A new generation of messaging
MMS Developer’s Guide
Purpose of this Document………3
Building an MMS Message………...………...………4
Location & ID………..15
Purpose of this Document
This document provides a general introduction to how MMS messages are composed. It does not cover the relaying, delivery, or receiving of MMS messages. It gives particular focus to MMS messages and presentation format that adheres to the conformance agreements between Ericsson and Nokia for their first MMS client implementations.
Details of the protocol and MMS unique headers can be found in [R2]
SMTP Interface Description For Content Providers.
This document is aimed at the developer who has some technical familiarity with email messages and mark-up languages (HTML, XML, etc.) and wants to create applications capable of composing MMS messages.
MMS is the Multimedia Messaging System.
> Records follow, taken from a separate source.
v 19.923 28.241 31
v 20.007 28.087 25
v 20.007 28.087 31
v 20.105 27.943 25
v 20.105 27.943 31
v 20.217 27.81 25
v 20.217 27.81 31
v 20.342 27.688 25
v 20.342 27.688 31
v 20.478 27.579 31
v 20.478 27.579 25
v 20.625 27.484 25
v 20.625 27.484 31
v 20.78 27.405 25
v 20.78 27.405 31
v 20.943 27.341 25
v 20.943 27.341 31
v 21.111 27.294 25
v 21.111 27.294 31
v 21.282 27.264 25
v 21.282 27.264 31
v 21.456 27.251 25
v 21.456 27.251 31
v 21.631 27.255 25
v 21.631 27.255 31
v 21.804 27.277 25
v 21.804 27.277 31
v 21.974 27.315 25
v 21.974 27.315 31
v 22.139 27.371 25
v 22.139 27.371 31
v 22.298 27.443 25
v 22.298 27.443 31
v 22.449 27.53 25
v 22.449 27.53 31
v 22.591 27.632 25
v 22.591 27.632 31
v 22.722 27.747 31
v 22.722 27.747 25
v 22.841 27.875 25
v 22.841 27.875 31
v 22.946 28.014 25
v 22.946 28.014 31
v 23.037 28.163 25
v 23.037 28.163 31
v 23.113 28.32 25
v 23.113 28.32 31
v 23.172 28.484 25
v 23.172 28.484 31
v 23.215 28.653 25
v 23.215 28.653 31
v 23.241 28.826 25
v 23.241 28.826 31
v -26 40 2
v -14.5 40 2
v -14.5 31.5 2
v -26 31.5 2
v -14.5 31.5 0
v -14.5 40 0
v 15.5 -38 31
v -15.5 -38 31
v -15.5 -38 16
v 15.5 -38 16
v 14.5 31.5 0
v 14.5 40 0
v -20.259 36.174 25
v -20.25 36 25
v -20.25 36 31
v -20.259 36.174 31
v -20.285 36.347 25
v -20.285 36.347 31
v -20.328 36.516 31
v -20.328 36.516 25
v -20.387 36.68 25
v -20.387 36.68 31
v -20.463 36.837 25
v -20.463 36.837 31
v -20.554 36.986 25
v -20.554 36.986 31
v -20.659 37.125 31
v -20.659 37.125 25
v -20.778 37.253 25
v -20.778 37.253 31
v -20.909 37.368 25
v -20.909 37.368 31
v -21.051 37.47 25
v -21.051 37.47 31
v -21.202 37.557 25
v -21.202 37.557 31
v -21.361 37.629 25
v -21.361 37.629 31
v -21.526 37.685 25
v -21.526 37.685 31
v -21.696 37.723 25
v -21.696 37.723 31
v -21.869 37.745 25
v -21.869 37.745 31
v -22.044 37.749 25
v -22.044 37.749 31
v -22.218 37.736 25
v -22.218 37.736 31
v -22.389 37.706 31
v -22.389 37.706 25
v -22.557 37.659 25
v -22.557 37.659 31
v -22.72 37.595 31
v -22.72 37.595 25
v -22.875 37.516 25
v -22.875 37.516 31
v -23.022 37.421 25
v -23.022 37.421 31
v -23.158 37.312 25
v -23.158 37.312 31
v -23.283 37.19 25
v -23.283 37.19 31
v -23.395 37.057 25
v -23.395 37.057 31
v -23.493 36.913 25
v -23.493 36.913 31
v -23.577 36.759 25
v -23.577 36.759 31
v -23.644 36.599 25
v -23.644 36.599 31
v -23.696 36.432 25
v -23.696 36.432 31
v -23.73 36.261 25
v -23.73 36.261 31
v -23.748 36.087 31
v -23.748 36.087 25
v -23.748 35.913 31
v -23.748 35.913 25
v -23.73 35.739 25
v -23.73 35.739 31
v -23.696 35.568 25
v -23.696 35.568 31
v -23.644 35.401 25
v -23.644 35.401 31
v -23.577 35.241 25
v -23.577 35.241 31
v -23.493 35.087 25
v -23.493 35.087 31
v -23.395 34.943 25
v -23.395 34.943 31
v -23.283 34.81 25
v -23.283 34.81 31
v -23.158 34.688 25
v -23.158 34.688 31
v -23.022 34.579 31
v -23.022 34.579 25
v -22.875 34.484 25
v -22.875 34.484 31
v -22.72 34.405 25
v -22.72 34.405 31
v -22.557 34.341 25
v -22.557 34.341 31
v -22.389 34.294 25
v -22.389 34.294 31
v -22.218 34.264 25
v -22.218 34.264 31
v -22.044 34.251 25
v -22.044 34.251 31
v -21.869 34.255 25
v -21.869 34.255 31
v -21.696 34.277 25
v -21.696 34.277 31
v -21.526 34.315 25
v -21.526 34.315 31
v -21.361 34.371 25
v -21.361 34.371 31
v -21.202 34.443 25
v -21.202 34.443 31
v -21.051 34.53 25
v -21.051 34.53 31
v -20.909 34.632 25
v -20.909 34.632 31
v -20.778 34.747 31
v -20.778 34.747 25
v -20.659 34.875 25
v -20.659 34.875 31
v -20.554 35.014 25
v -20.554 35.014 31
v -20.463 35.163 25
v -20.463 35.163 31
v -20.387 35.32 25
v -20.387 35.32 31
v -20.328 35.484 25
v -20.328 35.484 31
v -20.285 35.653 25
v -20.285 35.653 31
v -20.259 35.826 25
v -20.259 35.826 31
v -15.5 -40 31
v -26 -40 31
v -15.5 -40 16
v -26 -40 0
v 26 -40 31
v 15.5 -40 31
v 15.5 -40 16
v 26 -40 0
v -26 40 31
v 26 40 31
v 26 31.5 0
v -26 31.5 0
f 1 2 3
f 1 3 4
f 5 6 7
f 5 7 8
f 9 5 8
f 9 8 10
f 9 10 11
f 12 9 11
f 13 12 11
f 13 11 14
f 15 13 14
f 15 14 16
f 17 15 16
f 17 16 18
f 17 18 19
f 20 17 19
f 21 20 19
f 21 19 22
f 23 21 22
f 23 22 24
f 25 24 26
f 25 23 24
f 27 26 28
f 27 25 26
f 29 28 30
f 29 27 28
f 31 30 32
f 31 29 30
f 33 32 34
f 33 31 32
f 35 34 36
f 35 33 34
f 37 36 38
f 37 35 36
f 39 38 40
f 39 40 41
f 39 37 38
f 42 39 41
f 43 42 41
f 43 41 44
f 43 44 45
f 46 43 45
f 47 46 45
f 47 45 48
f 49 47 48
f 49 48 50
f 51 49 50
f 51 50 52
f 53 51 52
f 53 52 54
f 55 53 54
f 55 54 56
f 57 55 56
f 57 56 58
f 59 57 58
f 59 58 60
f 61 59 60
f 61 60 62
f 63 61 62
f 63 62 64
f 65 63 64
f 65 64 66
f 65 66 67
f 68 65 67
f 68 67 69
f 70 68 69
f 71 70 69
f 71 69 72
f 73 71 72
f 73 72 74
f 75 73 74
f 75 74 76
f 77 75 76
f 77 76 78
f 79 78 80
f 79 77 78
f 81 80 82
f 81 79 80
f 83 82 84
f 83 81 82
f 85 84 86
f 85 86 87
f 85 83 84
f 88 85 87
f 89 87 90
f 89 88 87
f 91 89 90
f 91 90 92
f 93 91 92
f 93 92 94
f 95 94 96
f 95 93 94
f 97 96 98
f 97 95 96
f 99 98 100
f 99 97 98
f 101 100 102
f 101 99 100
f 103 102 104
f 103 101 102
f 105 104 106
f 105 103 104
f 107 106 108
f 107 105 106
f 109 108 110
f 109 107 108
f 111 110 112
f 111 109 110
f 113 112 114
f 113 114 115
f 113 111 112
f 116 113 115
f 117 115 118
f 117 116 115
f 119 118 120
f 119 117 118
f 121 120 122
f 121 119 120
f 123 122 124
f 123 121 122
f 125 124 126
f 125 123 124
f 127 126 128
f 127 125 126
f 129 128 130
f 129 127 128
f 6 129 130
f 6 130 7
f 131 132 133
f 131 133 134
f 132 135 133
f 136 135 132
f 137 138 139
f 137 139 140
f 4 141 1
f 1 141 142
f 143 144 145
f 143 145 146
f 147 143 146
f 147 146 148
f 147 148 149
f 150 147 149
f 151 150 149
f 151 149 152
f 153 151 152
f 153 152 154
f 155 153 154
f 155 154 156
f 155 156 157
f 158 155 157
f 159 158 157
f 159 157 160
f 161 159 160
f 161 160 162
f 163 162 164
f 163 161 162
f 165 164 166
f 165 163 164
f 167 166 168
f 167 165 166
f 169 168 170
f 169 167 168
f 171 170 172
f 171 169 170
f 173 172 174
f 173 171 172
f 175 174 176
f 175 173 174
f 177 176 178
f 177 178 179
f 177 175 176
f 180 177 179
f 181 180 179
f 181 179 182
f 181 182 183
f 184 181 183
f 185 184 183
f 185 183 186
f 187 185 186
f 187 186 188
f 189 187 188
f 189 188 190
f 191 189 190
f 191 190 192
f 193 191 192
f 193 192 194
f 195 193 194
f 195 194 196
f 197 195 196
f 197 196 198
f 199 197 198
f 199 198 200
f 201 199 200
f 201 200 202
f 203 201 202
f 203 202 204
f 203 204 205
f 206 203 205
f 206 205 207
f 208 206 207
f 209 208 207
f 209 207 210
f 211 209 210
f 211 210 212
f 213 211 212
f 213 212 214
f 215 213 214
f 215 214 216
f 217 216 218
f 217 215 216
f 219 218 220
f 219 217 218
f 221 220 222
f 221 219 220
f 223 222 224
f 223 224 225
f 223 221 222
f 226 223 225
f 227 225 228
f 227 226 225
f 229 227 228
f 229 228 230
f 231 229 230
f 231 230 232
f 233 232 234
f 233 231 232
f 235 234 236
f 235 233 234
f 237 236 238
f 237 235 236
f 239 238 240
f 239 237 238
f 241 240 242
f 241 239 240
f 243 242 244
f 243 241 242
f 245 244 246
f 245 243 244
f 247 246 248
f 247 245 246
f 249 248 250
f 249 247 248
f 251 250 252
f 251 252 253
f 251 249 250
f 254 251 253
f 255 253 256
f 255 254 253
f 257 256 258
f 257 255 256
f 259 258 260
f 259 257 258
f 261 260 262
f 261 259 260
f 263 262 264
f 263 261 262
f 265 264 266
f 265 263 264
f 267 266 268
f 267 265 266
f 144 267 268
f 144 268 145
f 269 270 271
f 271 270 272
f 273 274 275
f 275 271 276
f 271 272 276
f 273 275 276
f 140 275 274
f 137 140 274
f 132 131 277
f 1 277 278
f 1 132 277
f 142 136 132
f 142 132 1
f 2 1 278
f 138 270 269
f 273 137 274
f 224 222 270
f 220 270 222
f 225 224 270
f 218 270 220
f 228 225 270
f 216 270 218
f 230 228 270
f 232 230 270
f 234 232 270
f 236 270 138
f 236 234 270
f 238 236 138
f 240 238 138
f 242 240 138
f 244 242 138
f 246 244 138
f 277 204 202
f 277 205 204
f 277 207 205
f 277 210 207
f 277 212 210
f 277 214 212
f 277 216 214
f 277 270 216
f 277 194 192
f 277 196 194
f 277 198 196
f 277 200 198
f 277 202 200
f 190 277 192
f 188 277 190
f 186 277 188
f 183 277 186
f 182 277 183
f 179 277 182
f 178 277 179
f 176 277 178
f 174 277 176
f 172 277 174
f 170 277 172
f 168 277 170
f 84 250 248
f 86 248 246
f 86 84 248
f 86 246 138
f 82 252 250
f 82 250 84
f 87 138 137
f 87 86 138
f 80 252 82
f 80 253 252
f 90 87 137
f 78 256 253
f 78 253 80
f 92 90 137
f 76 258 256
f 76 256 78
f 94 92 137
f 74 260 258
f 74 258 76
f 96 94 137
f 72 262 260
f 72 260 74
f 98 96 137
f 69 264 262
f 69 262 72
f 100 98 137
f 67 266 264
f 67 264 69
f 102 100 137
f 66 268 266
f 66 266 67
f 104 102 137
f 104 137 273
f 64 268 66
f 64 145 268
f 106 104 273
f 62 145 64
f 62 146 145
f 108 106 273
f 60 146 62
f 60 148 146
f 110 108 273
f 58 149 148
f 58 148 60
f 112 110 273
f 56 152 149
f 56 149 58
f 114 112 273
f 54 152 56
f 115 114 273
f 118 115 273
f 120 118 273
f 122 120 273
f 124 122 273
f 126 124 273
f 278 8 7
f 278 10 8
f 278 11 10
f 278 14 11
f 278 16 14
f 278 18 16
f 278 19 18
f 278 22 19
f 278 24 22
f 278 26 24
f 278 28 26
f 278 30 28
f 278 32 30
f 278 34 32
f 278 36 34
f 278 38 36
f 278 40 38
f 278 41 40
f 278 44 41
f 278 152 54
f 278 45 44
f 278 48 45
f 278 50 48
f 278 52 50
It is the evolution of SMS, the Short Messaging System, a system for sending and receiving short text-based messages. SMS has proven to be a wildly popular feature of 2G GSM networks. MMS is the next generation upgrade for SMS in 3G networks. However, MMS does not require a 3G network. MMS can function under a 2G or 2.5G network, and handsets and networks that support MMS are expected by the end of 2001.
MMS is different from SMS in many ways. The first and most obvious one is its handling of multimedia objects. MMS also offers more integrated support for different messaging standards such as email.
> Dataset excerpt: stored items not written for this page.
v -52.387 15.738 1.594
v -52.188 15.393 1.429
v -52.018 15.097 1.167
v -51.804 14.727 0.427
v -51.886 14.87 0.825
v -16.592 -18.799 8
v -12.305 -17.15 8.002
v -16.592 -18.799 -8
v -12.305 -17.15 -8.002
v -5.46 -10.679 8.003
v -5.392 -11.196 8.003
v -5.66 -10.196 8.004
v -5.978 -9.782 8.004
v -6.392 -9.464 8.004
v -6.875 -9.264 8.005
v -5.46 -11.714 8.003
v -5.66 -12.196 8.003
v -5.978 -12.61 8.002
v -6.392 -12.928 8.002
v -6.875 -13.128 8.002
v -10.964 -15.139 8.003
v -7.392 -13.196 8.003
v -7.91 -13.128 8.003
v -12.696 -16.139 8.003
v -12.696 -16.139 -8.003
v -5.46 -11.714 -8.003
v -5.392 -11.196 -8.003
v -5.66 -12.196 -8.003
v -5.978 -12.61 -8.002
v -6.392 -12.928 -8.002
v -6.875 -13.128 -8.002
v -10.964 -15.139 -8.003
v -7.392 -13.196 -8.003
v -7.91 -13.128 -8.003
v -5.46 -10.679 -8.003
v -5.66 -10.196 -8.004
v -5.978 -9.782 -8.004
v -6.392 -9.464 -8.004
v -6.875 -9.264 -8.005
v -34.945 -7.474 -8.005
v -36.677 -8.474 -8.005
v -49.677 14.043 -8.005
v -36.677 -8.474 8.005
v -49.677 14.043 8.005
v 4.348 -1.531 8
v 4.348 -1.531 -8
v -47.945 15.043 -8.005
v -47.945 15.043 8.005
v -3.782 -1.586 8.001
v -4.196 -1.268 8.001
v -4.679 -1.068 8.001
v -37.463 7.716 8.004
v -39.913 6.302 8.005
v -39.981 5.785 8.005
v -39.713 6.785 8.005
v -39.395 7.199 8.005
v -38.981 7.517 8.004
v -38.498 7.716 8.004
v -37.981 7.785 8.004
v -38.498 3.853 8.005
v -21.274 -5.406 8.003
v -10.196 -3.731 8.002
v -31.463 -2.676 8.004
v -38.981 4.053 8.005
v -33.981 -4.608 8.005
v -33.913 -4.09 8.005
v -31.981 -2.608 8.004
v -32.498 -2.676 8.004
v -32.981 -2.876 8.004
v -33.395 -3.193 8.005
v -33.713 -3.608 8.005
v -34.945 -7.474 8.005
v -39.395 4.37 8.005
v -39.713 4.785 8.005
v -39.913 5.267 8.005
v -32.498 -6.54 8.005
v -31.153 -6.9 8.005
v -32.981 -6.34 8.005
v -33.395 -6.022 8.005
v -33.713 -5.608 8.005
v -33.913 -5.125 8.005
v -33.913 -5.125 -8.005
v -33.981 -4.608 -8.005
Additionally, MMS offers newer delivery features like receive confirmation, read confirmation, and pre-paid replies.
This document should give you an understanding of how to compose, package and address an MMS message. Understanding how MMS messages are put together and sent requires understanding several existing specifications for messaging. The good thing is, you are probably already familiar with many of these specs. In this document, I will provide an overview of the most important of these different specs and show how they come together in the larger MMS specification.
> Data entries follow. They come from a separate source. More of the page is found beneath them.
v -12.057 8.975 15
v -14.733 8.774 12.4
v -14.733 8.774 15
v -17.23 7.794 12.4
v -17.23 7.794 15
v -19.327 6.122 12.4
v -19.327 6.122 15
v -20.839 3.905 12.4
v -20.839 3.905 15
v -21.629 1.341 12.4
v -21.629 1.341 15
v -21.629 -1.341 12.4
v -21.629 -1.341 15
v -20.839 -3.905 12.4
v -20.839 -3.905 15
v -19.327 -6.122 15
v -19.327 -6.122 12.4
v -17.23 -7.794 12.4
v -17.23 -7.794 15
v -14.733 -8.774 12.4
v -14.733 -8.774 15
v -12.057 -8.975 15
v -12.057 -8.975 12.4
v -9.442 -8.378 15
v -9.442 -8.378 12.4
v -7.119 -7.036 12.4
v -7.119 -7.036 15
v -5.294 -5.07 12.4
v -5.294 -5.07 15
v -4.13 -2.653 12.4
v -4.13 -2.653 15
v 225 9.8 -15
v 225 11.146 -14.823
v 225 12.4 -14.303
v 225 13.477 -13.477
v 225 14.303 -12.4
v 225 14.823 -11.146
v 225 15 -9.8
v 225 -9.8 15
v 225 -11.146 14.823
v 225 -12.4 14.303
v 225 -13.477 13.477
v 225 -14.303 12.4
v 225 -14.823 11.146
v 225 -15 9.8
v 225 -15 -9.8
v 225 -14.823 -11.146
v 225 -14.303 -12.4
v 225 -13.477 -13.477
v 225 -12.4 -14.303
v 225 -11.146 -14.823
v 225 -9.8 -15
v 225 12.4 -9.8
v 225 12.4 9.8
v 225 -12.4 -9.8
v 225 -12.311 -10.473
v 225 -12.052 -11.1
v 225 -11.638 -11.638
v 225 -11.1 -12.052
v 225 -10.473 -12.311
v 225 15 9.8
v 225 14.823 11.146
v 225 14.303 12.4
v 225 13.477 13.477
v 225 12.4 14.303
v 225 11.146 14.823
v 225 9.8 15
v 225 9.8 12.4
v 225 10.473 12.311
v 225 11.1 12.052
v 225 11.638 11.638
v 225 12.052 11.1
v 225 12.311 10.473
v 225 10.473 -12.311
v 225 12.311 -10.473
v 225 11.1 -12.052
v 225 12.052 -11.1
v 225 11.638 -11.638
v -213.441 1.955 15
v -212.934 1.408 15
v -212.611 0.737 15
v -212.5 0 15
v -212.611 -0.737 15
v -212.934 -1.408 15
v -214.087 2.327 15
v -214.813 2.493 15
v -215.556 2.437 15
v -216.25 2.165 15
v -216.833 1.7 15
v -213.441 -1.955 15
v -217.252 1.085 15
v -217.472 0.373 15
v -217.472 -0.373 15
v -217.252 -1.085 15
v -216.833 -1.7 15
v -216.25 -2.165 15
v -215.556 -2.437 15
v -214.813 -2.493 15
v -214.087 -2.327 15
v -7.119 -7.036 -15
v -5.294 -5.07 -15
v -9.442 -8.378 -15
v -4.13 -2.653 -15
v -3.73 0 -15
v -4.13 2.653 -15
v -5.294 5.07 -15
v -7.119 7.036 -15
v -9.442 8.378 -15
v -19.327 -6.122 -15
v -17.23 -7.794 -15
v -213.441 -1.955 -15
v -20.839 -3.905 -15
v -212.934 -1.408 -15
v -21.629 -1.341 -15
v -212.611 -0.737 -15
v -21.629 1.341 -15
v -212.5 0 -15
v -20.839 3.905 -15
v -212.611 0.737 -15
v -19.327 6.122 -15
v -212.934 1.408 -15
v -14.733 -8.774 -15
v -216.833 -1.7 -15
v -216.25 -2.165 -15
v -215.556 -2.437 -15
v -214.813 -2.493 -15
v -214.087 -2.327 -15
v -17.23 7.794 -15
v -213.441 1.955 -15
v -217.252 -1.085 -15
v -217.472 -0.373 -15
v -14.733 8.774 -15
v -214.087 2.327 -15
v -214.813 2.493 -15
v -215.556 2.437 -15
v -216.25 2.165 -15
There are two telephony standards bodies producing specifications relating to MMS messages and how they are composed and sent: the WAP (Wireless Application Protocol) Forum and the 3GPP (3rd
Generation Partnership Project). The standards produced by these two bodies in turn use existing specifications from two Internet standards bodies: the W3C (World Wide Web Consortium) and the IETF (Internet Engineering Task Force). The standards from the WAP Forum specify how messages are composed and packaged, and the standards from the 3GPP specify how messages are sent, routed, and received.
The goal of this document is to provide an explanation of all of the disparate standards and to show how they come together in MMS.
Additionally, this document tempers those standards with information about how they will actually be implemented—which features will be supported and which will be left out—in the first generation of MMS systems.
Building an MMS Message
An MMS message is composed by a user on her mobile phone,
computer, PDA, or any other device with an MMS client. MMS messages can also be automatically generated and sent through software. For example, a user could ask for the day’s weather forecast to be sent to her each morning complete with animated maps and audio of the
weatherman. The weather service would then generate the maps and audio, assemble them into an MMS message and send them to her MMS address.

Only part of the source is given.